По городским меркам номер был прекрасным, на его теснота раздражала Розенберга. Ему не терпелось выйти на воздух.
Он решил пройтись пешком до Новгородской, оттуда на Авиационную. Путь его лежал мимо тихих сонных улиц, где когда-то жили его одноклассник Файтлин, он разбился, перегоняя свою первую и последнюю машину из Тольятти, и тетки по матери, две старые девы, казавшиеся в детстве феями добра, англоманки, завещавшие ему квартиру, которую он так и не получил, и его учитель живописи и истории средних веков, кумир школы, уехавший одним из первых. Ничего не изменилось в каменном безличье серых домов, в затененности улиц, ставших лабиринтом воспоминаний; но жизнь, к которой предстояло вернуться кладки стен, вывески на иврите, семисвечники и серебро в полумраке синагог, зной, люди в черных шляпах и допотопных сюртуках, болтающиеся нити талесов, гортанная речь и мраморные облака не отпускала, заставляя чувствовать себя пришлым.
Двухэтажный, крытый красной черепицей, особняк стоял за кованым забором.
Перед отлетом Розенберг просмотрел о Ходосе всё, что было в сети, не думая разобраться в какофонии измышлений, обличений, лжи и откровенной паранойи, а пытаясь понять, к кому его посылают.

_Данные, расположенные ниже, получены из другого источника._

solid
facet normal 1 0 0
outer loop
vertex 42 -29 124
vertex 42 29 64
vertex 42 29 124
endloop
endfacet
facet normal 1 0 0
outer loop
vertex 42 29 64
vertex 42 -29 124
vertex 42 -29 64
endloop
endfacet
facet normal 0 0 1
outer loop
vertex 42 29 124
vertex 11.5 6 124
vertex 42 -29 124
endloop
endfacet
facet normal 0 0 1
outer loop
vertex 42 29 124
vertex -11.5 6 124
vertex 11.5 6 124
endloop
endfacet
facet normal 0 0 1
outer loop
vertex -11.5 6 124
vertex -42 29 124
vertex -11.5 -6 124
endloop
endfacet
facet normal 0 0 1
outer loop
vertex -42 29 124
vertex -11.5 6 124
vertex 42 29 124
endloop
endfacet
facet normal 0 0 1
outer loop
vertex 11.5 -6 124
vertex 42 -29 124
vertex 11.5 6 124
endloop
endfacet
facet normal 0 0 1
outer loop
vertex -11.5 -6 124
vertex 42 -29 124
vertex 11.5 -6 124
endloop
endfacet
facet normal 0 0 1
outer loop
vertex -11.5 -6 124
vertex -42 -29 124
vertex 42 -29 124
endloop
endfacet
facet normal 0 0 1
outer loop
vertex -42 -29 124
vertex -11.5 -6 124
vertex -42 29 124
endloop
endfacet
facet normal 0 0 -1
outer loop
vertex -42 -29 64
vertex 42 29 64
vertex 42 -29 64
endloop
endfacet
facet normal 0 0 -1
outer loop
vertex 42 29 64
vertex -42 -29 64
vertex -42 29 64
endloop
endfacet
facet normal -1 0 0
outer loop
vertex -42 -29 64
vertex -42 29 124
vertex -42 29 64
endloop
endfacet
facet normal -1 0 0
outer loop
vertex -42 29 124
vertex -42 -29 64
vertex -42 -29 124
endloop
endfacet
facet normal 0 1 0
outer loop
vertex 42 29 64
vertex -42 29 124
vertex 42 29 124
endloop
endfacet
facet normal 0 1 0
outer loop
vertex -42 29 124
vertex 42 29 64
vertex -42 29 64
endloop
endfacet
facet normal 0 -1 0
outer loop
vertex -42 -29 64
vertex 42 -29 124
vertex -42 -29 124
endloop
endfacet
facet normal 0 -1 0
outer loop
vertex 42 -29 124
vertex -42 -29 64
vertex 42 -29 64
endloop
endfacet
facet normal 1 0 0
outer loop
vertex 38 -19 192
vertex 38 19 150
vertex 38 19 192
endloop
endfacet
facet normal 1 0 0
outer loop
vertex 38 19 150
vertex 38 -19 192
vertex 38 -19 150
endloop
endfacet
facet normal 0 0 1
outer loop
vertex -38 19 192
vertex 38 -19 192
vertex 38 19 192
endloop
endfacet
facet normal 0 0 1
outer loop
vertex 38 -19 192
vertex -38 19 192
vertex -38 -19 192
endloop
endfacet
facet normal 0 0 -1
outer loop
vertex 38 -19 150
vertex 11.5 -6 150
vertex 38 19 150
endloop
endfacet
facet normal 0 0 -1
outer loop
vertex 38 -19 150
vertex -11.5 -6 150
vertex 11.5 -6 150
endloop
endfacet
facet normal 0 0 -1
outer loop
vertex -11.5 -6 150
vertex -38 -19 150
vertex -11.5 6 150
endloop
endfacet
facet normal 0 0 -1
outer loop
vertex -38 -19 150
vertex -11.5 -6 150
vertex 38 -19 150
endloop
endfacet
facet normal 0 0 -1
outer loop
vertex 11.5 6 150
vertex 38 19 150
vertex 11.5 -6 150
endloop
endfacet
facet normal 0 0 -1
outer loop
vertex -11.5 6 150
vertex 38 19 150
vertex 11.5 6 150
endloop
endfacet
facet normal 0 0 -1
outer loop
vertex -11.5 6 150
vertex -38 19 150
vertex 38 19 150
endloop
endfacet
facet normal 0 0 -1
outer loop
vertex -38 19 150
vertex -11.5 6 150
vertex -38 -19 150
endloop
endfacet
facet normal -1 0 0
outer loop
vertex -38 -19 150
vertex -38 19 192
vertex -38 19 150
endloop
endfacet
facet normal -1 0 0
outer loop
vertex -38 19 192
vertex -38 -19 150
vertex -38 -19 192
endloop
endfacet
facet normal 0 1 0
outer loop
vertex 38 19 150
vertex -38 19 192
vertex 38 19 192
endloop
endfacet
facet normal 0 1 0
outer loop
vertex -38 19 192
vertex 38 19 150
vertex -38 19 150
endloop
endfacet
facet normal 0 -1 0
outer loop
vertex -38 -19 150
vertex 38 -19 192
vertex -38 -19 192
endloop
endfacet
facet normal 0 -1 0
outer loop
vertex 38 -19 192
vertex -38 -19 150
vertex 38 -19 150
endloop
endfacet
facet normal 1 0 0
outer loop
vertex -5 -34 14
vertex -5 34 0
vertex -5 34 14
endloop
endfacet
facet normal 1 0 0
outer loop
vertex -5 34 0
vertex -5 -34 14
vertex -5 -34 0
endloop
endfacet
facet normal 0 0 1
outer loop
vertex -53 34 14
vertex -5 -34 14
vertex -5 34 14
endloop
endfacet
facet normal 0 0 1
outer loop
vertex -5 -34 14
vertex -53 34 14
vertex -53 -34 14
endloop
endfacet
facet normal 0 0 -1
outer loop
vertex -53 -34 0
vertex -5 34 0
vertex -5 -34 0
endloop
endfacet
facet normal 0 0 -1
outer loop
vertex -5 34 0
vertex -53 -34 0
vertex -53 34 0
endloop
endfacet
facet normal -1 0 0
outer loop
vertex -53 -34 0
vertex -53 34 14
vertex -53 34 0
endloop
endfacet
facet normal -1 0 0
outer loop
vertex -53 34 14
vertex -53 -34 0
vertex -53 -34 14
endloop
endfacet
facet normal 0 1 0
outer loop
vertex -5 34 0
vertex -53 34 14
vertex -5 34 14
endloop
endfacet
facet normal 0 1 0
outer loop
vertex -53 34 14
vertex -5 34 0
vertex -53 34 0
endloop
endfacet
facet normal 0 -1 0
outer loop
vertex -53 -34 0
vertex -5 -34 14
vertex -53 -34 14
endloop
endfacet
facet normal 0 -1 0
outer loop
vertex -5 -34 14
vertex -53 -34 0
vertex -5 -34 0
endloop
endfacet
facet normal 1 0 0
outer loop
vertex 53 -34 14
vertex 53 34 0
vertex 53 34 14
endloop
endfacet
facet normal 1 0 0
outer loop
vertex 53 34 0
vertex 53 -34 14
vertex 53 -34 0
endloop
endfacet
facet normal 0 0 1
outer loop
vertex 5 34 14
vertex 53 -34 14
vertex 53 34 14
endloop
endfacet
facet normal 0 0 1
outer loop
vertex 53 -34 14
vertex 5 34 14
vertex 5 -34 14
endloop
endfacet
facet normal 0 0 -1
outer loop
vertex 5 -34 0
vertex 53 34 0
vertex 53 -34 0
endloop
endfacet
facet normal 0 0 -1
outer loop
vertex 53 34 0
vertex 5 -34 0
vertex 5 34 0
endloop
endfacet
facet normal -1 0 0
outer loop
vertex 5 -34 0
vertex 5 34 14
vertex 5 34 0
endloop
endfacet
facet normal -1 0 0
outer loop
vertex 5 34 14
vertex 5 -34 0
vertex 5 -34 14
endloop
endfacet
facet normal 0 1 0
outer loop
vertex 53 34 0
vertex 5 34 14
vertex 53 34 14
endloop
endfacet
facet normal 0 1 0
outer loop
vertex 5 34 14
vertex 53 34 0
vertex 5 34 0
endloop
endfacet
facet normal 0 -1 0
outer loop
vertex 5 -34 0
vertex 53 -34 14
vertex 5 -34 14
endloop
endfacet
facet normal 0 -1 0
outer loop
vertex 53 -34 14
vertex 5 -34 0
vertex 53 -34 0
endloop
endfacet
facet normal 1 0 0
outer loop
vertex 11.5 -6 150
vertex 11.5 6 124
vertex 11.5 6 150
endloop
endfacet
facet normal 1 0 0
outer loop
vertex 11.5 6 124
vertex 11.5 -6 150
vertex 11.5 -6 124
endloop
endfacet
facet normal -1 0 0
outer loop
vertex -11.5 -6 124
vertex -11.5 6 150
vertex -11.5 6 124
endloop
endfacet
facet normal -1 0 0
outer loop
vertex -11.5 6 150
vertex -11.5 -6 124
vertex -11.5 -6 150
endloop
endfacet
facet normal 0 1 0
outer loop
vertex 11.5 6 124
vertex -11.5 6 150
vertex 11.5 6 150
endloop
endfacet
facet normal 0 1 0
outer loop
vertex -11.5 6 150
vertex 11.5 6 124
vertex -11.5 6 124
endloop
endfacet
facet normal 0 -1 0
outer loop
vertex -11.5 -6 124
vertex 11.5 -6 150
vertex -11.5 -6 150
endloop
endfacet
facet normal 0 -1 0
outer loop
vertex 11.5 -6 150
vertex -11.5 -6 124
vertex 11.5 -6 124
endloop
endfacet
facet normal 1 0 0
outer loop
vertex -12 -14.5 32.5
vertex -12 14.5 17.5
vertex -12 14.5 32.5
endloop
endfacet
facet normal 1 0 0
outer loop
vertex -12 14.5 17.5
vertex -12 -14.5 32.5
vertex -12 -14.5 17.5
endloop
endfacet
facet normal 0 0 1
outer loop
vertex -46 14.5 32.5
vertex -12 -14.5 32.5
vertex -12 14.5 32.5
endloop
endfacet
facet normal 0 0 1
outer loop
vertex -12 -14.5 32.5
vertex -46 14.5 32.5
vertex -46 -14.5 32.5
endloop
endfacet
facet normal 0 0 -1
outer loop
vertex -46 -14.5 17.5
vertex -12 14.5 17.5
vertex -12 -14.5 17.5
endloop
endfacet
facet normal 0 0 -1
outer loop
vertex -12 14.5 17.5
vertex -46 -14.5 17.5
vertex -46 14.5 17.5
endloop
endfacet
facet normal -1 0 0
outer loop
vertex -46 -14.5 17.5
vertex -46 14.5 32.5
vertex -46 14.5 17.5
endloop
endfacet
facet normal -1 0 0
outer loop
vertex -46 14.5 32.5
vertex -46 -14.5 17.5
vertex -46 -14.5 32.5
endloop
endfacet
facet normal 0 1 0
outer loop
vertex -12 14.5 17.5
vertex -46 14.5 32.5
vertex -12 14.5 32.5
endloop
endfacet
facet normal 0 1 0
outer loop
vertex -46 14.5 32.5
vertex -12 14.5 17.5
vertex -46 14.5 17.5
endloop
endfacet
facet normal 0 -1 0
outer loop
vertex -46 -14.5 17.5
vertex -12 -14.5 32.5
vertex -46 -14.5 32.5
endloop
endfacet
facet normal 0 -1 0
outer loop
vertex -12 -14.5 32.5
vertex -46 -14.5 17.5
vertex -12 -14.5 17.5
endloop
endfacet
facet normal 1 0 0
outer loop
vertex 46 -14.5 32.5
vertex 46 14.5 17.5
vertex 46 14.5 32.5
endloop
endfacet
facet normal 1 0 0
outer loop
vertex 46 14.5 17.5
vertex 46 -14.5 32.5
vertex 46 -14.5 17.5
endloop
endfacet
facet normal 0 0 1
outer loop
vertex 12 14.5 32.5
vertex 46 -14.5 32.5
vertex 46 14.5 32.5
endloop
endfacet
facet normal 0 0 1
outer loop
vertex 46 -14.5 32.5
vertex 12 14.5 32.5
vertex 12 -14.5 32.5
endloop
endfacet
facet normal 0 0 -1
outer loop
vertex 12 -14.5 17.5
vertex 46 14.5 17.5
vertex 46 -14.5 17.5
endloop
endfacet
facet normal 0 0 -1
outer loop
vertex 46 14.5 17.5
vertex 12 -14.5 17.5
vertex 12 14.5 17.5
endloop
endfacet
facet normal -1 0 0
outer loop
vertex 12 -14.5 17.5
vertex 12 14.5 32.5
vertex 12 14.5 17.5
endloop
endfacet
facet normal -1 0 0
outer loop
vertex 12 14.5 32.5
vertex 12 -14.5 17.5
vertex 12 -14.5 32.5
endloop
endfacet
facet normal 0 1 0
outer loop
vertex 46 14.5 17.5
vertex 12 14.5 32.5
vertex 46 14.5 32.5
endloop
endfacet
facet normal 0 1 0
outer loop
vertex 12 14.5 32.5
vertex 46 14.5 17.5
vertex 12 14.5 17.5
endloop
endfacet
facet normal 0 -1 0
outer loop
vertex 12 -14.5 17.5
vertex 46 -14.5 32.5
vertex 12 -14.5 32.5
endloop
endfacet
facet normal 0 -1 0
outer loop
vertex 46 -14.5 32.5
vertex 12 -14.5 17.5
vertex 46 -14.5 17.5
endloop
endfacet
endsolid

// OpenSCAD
// Provisional envelope model. NOT printable production parts.
// All coordinates in mm: X across, Y forward, Z up.
show_shells = true;
show_parts = true;
$fn = 32;
if (show_shells) color([0.75,0.75,0.75,0.12]) translate([0, 0, 94]) cube([84, 58, 60], center=true); // body_shell
if (show_shells) color([0.75,0.75,0.75,0.12]) translate([0, 0, 171]) cube([76, 38, 42], center=true); // head_shell
if (show_shells) color([0.75,0.75,0.75,0.12]) translate([-29, 0, 7]) cube([48, 68, 14], center=true); // sole_l
if (show_shells) color([0.75,0.75,0.75,0.12]) translate([29, 0, 7]) cube([48, 68, 14], center=true); // sole_r
if (show_parts) color([0.7411764705882353, 0.48627450980392156, 0.2823529411764706]) translate([-22, 0, 81]) cube([34, 15, 30], center=true); // hip_l
if (show_parts) color([0.7411764705882353, 0.48627450980392156, 0.2823529411764706]) translate([22, 0, 81]) cube([34, 15, 30], center=true); // hip_r
if (show_parts) color([0.5098039215686274, 0.6, 0.4470588235294118]) translate([0, 0, 107]) cube([50, 30, 18], center=true); // battery
if (show_parts) color([0.3843137254901961, 0.5490196078431373, 0.6274509803921569]) translate([0, -22, 105]) cube([65, 6, 30], center=true); // pi
if (show_parts) color([0.3843137254901961, 0.5490196078431373, 0.6274509803921569]) translate([0, 22, 108]) cube([52, 7, 28], center=true); // esp32
if (show_parts) color([0.7098039215686275, 0.6039215686274509, 0.34901960784313724]) translate([0, -18, 76]) cube([50, 17, 10], center=true); // servo_bec
if (show_parts) color([0.7098039215686275, 0.6039215686274509, 0.34901960784313724]) translate([0, 18, 75]) cube([43, 17, 7], center=true); // logic_bec
if (show_parts) color([0.3843137254901961, 0.5490196078431373, 0.6274509803921569]) translate([0, 0, 120]) cube([20, 16, 4], center=true); // imu
if (show_parts) color([0.6431372549019608, 0.5607843137254902, 0.6509803921568628]) translate([35, 0, 108]) cube([3, 18, 18], center=true); // amp
if (show_parts) color([0.6431372549019608, 0.5607843137254902, 0.6509803921568628]) translate([-35, 0, 108]) cube([3, 14, 18], center=true); // mic
if (show_parts) color([0.6431372549019608, 0.5607843137254902, 0.6509803921568628]) translate([0, 24, 86]) cube([28, 5, 12], center=true); // speaker
if (show_parts) color([0.7411764705882353, 0.48627450980392156, 0.2823529411764706]) translate([0, 0, 137]) cube([23, 12, 29], center=true); // head_yaw
if (show_parts) color([0.7411764705882353, 0.48627450980392156, 0.2823529411764706]) translate([23, 0, 171]) cube([12, 23, 29], center=true); // head_pitch
if (show_parts) color([0.3843137254901961, 0.5490196078431373, 0.6274509803921569]) translate([0, 12, 171]) cube([25, 9, 24], center=true); // camera
if (show_parts) color([0.7411764705882353, 0.48627450980392156, 0.2823529411764706]) translate([-29, 0, 25]) cube([34, 29, 15], center=true); // foot_l
if (show_parts) color([0.7411764705882353, 0.48627450980392156, 0.2823529411764706]) translate([29, 0, 25]) cube([34, 29, 15], center=true); // foot_r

Барон Эдуард Ходос написал двадцать пять книг, обличающих хасидов Хабада, вел с ними войну на моральное уничтожение; призывал создать православную монархию с костяком из казачества. Книги назывались «Топор над Православием» «Пришествие Иуды», «Еврейская рулетка» и «Еврейский удар, или Монолог с петлей на шее» и расходились с невероятной быстротой, как писали в сети. Ходоса приглашали на конференции «для обсуждения проблем мирового сионизма»; памфлеты и газету «Тихий ужас» он печатал за собственный счет и раздавал у входов в метро. Писали, что он владеет потрясающими произведениями искусства, что в молодости сидел, но был оправдан. Он участвовал в реституции синагоги, в подвале которой прошли юность и молодость Розенберга, со своей реформистской общиной занял было ее второй этаж, не поделил ее с хасидами Хабада с первого этажа, проиграл им суды, был изгнан и теперь боролся с «иудео-нацистской сектой Хабад» и всей иудейской традицией.